Fraunhofer FEP have announced they carried out cytocompatibility studies of OLEDs on cell cultures to test how well OLEDs are tolerated by cells. The results offer promising prospects for the use of OLEDs in the medical field, such as in light therapy.
Light therapy is an important means of promoting the healing of wounds. Difficult and protracted healing processes of the skin, such as are due to chronic and infected wounds, present a challenge for treating physicians and can be positively affected by exposure to light.
Feasibility studies for accelerating wound healing using LED and OLED light are found in the literature and have been demonstrated in cell cultures as well as in mice and rats. Therapeutical methods based on LED light are already in clinical use. The disadvantage of LED therapy is that macro-area irradiation able to be applied close to the body is associated with high technical complexity and expense as well as with an undesirable generation and exposure to heat.
Fraunhofer FEP researchers have been working with flexible OLEDs for many years and believe they could offer an interesting alternative light source thanks to their light weight, flat geometry, and ability to conform to the specific affected area of the body.
Fraunhofer FEP works on technologies and applications for flexible OLEDs. In order to be able to employ these area light sources for potential medical applications though, any potential toxic effects caused by the constituent materials must be precluded. No studies on cytocompatibility, or tolerance of cells to flexible OLEDs were known of to date.
An initial pilot study on in vitro cell cultures afflicted by defined damage has been carried out at Fraunhofer FEP. The cell cultures consisted of samples of the skin (human fibroblasts and human keratinocytes) and of the immune system (human T-lymphocytes) for characterizing the influence of green and cold-white OLED light. For this purpose, the vitality and mitochondrial membrane potential of the cells was measured following treatment with light.
Figure: Fraunhofer FEP - Green OLED light during physical stimulation of cells
Positive stimulation of the damaged cell cultures of the upper epidermal layer by green light could be detected. If the results of the preliminary studies with the effect of physical stimulation of the cell are transferred to biophysical therapeutic treatments, then the findings indicate an effect of accelerated auto-recovery and thus could be the potential foundation for future therapeutic applications.
The initial findings on cytocompatibility for flexible OLED systems have since become available. Various flexible OLEDs with 10 cm × 10 cm luminous areas were tested in accordance with DIN/ISO 10993-5 "Part 5 – Testing for In vitro cytotoxicity" for biological evaluation of medical products. An in vitro cell culture of skin (human keratinocytes) was utilised again as the cell line.
The potential effects of toxic substances were investigated that may diffuse from the OLEDs due to electrical operation or mechanical loading caused by bending, and which could alter the shape, the number, and metabolism of cells. Comparative studies and long-term tests showed no cytotoxicity in the material systems investigated.

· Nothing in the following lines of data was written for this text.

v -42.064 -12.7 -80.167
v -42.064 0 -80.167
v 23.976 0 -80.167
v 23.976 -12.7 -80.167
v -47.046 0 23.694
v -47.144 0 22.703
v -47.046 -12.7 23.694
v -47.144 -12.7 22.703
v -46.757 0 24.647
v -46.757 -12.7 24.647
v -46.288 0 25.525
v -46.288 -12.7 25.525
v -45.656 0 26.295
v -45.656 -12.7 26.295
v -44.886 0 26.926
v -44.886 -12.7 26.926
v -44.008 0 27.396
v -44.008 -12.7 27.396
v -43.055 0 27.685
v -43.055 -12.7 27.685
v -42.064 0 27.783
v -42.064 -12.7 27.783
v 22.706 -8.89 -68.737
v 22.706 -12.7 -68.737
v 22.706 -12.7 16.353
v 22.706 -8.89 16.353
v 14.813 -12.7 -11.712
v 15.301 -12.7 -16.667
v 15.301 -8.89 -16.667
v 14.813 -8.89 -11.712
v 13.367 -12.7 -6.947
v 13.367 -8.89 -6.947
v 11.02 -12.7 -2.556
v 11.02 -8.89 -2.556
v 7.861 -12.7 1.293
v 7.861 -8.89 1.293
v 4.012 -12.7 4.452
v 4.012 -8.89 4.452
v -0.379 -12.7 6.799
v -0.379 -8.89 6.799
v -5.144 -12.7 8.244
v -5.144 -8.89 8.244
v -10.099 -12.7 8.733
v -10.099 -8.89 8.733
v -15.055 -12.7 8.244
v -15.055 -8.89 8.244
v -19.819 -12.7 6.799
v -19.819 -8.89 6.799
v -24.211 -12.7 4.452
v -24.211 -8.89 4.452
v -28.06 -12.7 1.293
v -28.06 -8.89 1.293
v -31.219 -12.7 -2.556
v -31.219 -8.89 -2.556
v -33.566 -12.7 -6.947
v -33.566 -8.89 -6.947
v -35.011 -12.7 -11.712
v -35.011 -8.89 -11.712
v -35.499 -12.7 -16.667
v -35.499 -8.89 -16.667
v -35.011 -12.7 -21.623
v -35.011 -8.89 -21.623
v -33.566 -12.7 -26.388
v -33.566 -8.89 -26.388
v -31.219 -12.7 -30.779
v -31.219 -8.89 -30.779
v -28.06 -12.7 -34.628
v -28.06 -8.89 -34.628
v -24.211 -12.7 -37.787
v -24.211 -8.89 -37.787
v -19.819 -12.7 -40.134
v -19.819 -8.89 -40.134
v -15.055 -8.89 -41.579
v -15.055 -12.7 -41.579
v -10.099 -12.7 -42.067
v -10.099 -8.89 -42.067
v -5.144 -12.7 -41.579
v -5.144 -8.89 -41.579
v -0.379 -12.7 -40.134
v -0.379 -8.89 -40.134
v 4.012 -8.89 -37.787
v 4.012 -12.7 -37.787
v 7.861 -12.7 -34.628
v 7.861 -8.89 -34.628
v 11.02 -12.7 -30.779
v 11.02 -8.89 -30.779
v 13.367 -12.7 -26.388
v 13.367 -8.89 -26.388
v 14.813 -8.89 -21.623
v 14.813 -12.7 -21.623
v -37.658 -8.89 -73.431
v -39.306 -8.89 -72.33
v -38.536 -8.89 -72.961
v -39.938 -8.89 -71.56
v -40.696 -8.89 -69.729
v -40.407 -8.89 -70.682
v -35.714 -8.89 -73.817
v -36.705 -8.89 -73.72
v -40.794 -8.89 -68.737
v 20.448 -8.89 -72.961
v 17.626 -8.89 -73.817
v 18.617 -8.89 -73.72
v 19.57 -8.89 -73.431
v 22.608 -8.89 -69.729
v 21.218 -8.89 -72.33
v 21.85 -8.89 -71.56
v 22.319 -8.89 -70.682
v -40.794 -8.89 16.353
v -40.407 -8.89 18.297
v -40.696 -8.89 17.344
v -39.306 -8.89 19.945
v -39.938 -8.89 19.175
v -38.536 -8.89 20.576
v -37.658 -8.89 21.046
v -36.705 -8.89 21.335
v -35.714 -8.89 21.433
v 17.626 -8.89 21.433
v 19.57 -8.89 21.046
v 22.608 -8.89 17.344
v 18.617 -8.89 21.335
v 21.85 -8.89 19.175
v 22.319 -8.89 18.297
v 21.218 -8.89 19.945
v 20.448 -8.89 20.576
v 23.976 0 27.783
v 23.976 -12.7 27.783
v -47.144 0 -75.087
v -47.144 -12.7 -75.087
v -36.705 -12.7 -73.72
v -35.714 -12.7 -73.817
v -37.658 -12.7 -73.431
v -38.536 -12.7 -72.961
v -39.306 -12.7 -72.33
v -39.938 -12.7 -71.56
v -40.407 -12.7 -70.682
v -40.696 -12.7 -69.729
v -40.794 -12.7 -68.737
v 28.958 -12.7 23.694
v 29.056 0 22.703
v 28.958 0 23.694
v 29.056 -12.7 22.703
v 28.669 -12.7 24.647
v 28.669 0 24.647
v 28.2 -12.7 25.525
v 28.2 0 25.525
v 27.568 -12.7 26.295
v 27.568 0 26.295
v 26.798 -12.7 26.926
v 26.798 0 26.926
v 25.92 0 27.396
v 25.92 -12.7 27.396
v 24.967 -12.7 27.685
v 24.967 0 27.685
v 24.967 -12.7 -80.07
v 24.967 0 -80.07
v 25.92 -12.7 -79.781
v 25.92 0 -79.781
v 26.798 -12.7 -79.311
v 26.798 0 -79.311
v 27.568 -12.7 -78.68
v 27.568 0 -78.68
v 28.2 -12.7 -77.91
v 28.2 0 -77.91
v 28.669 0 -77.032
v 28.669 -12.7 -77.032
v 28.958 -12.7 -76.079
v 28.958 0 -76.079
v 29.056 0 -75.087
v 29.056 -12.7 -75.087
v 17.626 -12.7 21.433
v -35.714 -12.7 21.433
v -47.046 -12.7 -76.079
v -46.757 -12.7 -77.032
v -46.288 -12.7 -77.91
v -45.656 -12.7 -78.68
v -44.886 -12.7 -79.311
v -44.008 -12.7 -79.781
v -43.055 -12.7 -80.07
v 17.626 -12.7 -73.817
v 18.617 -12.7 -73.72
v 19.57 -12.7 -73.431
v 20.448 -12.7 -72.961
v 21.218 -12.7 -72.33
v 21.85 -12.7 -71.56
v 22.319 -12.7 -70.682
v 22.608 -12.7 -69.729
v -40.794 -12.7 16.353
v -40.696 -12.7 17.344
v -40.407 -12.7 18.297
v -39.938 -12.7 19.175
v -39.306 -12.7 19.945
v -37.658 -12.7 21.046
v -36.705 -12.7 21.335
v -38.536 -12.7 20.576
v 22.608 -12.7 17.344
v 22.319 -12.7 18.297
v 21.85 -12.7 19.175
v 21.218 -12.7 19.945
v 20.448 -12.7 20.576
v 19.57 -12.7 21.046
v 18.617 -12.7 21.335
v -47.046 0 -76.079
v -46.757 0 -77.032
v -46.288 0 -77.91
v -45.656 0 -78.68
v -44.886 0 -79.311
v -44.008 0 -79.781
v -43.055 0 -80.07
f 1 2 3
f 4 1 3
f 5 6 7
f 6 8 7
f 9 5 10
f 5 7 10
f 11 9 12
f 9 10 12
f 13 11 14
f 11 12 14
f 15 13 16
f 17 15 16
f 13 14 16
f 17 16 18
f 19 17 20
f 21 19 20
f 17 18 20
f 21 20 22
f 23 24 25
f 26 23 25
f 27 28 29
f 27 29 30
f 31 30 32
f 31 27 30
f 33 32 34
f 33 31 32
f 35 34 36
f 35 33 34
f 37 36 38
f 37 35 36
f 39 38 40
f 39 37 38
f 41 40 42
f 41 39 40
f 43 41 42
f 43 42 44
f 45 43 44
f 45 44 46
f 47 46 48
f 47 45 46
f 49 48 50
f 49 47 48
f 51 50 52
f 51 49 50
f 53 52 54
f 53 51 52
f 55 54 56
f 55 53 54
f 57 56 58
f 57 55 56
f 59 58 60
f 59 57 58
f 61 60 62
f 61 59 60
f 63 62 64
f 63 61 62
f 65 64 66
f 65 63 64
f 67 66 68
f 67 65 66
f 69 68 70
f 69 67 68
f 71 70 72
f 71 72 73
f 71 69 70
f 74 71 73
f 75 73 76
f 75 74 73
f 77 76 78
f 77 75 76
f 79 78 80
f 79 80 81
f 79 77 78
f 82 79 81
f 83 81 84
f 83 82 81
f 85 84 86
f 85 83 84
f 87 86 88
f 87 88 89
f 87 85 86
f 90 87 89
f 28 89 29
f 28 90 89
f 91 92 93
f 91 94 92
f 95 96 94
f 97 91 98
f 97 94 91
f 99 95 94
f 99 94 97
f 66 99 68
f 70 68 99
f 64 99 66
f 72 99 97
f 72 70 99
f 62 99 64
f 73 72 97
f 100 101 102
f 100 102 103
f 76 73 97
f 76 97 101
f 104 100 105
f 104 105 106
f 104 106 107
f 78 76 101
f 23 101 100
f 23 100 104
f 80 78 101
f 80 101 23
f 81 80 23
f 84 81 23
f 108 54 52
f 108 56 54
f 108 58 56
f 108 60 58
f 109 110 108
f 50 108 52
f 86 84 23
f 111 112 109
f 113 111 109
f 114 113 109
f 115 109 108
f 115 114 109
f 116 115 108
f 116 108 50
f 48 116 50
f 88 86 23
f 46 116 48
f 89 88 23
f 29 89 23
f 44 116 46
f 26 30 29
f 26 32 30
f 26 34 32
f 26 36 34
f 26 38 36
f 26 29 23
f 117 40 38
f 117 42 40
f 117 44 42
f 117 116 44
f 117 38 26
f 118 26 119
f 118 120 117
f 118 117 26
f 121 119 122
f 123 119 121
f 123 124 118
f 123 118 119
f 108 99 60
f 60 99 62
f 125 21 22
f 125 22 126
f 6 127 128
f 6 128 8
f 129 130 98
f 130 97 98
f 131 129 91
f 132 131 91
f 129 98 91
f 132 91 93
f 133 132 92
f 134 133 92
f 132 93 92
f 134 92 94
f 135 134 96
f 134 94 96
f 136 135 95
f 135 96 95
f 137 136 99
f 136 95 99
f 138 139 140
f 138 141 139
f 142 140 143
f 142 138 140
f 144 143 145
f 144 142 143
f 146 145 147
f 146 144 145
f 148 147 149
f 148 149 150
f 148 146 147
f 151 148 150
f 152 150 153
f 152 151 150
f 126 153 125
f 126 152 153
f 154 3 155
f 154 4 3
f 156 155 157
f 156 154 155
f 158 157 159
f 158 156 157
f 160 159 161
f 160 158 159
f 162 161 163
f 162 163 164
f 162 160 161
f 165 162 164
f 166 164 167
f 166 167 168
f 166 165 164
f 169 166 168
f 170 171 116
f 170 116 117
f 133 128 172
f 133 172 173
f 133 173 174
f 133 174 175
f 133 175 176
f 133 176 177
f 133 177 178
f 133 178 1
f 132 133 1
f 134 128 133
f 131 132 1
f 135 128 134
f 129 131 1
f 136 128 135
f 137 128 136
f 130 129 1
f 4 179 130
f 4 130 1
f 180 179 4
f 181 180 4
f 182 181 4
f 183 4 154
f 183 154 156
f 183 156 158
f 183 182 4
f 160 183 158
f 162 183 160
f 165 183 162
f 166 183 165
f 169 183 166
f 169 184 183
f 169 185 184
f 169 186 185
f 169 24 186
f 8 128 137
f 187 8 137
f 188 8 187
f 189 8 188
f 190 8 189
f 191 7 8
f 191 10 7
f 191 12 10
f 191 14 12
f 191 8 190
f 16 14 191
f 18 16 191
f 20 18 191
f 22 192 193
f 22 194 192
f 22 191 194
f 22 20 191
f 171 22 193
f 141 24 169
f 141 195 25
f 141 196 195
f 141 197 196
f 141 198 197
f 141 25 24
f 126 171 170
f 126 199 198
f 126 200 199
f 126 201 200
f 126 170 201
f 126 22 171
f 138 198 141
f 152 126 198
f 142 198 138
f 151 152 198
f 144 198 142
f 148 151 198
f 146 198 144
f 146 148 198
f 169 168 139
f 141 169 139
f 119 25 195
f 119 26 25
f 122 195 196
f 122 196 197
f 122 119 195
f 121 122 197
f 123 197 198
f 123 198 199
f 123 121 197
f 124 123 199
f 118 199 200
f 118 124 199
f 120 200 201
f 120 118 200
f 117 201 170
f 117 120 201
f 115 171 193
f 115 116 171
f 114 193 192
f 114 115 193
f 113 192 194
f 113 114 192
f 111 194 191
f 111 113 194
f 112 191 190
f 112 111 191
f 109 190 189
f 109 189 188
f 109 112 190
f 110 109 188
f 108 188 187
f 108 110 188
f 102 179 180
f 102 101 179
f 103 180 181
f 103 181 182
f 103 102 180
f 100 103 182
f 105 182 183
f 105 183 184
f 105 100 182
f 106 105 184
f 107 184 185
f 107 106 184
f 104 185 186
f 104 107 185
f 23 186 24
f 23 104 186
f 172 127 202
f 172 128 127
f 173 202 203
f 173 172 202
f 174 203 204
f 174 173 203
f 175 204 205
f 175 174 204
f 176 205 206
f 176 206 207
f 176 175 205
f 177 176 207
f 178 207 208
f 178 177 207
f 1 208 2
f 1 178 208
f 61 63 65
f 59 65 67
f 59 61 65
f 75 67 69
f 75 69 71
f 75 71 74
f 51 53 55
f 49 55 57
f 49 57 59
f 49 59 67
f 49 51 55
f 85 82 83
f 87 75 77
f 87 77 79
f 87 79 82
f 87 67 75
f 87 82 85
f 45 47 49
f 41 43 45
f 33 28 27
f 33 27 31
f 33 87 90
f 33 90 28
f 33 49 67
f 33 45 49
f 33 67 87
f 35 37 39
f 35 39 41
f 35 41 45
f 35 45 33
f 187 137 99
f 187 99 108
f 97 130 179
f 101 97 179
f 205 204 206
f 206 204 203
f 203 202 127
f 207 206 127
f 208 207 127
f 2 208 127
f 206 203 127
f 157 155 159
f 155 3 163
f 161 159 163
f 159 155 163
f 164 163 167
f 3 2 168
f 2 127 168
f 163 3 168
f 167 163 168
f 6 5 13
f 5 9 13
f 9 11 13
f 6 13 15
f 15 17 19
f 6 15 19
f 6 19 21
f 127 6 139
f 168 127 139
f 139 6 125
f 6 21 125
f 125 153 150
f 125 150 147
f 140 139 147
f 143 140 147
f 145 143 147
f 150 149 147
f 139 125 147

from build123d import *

# Parameters (mm, degrees)
F0_W     = 76.2
F0_H     = 107.95
F1_DEPTH = 12.7
F2_R     = 5.08
F3_W     = 63.5
F3_H     = 95.25
F3_R     = 25.4
F4_DEPTH = 3.81
F5_R     = 5.08


with BuildPart() as f1:
    # F0 (on Front) → F1 (new body)
    with BuildSketch(Plane.XZ):
        with Locations((-9.044009, -26.192475)):
            Rectangle(F0_W, F0_H)
    extrude(amount=F1_DEPTH)

    # F2
    f2_edges = [f1.edges().sort_by_distance(p)[0] for p in [
        (-47.144009, -6.35, 27.782525),
        (29.055991, -6.35, 27.782525),
        (29.055991, -6.35, -80.167475),
        (-47.144009, -6.35, -80.167475),
    ]]
    fillet(f2_edges, radius=F2_R)

    # F3 (on face) → F4 (cut)
    with BuildSketch(Plane.XZ.offset(12.7)):
        with Locations((-9.044009, -26.192475)):
            Rectangle(F3_W, F3_H)
        with Locations((-10.099306, -16.667475)):
            Circle(F3_R, mode=Mode.SUBTRACT)
    extrude(amount=-F4_DEPTH, mode=Mode.SUBTRACT)

    # F5
    f5_edges = [f1.edges().sort_by_distance(p)[0] for p in [
        (-40.794009, -10.795, 21.432525),
        (22.705991, -10.795, 21.432525),
        (22.705991, -10.795, -73.817475),
        (-40.794009, -10.795, -73.817475),
    ]]
    fillet(f5_edges, radius=F5_R)


solid = f1.part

Additional long-term studies are anticipated in order to be able to guaranty the effects of the OLED light. Safe electrical connections, power supplies, driver circuitry, and component perimeter seals are additional important aspects that researchers at Fraunhofer FEP are working on – before direct application to the patient is allowed. Fraunhofer FEP continues to seek additional interested partners for applications-oriented product development related to this work.
The studies were carried out in cooperation with the Anhalt University of Applied Sciences through student projects. The authors wish to thank Prof. Michael Zimmermann, Sarah Hoffmann, and Rajon Deb Nath from the Anhalt University of Applied Sciences for their amiable support and collaboration.

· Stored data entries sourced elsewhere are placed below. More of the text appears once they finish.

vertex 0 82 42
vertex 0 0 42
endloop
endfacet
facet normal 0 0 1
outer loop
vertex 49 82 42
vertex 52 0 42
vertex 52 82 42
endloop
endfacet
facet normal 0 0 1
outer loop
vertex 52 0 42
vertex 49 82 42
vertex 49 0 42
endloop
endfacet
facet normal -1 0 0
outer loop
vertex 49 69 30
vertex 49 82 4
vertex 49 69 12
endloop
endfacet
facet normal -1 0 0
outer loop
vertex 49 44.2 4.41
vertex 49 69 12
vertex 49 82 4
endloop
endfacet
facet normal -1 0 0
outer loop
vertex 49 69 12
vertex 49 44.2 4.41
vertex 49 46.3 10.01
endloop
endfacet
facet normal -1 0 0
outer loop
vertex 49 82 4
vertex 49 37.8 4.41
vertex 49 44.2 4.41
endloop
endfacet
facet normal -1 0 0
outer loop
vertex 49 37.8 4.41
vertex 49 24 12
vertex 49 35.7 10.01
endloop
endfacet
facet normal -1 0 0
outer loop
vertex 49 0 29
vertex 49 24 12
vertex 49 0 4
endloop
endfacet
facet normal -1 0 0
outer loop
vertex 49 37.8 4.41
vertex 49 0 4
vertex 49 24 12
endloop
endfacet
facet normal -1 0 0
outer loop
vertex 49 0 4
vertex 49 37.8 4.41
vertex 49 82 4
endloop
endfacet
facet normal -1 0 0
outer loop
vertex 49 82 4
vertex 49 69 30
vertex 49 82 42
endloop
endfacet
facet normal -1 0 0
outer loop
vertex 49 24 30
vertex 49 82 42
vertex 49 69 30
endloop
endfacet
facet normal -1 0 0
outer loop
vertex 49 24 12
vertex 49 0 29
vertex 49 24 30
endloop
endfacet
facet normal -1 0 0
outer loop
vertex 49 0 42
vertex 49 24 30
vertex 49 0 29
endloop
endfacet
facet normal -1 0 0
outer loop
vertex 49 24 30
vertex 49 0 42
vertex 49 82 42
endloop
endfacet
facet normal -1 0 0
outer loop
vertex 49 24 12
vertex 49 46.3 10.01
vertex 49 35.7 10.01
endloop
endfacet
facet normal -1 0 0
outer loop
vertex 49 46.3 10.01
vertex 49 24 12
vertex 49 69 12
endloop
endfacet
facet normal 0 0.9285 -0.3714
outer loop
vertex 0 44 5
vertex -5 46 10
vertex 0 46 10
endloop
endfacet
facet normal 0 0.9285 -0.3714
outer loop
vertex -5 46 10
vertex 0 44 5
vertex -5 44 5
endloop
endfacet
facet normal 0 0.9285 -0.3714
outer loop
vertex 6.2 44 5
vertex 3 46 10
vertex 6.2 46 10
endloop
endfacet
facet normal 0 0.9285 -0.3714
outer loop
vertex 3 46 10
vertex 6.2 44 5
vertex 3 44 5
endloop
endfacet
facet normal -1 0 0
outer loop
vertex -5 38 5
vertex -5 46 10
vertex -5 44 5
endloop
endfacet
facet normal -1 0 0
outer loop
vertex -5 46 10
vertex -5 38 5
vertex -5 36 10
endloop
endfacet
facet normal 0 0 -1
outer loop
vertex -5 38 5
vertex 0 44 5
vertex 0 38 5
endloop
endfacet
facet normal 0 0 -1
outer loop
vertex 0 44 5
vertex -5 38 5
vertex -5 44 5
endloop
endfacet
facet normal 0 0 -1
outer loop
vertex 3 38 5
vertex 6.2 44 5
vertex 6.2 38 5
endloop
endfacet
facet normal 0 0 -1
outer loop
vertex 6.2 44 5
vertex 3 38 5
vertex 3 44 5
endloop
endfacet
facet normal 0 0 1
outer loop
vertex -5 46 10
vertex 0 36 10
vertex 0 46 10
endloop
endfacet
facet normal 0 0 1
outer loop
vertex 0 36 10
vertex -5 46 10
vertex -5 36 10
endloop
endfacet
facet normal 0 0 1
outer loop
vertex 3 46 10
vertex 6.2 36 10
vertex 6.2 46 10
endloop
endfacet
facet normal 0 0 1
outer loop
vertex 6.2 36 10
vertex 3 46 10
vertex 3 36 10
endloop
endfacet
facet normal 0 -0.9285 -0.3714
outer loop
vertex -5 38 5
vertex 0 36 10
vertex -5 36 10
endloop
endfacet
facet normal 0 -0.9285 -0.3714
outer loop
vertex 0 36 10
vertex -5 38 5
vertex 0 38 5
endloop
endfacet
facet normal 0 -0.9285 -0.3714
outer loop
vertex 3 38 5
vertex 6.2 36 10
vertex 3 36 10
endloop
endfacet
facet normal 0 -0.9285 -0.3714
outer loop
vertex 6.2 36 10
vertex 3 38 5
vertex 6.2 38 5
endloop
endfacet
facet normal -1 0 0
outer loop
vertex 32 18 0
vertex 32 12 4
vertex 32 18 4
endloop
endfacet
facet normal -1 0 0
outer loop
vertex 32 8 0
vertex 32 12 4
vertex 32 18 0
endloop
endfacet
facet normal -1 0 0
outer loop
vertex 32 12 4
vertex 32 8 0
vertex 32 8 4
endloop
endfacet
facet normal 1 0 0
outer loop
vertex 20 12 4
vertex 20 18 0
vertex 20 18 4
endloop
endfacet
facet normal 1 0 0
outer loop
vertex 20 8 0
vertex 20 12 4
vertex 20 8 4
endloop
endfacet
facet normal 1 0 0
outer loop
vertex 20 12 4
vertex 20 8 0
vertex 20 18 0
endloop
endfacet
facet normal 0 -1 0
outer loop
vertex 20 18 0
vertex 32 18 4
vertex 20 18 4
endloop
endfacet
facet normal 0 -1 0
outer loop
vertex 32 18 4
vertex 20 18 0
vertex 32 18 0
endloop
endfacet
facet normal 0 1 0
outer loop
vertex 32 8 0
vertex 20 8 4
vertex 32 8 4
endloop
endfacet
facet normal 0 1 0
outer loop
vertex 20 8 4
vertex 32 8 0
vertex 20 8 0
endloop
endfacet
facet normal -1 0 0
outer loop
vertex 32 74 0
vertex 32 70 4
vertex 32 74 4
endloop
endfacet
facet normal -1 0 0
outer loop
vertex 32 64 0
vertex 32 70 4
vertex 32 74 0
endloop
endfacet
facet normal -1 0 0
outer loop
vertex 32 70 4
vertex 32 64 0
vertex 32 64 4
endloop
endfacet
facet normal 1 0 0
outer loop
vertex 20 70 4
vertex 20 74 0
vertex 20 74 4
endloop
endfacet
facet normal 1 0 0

Detailed findings will be presented by Dr. J. Hauptmann in her talk entitled “OLED light application in medicine and cytotoxicity of the materials” during the 4th Industry Partners Day devoted to medical topics at Fraunhofer FEP on September 28, 2016.
Figure: Fraunhofer FEP - Flexible OLEDs produced using roll-to-roll processing
Dr. Christian May, Division Director said, "We need long-term studies yet to be able to guaranty cytocompatibility during exposure to OLED light. Safe electrical connections, power supplies, control circuitry, and component perimeter seals are important aspects that we are dedicating ourselves to – before direct application to the patient is allowed."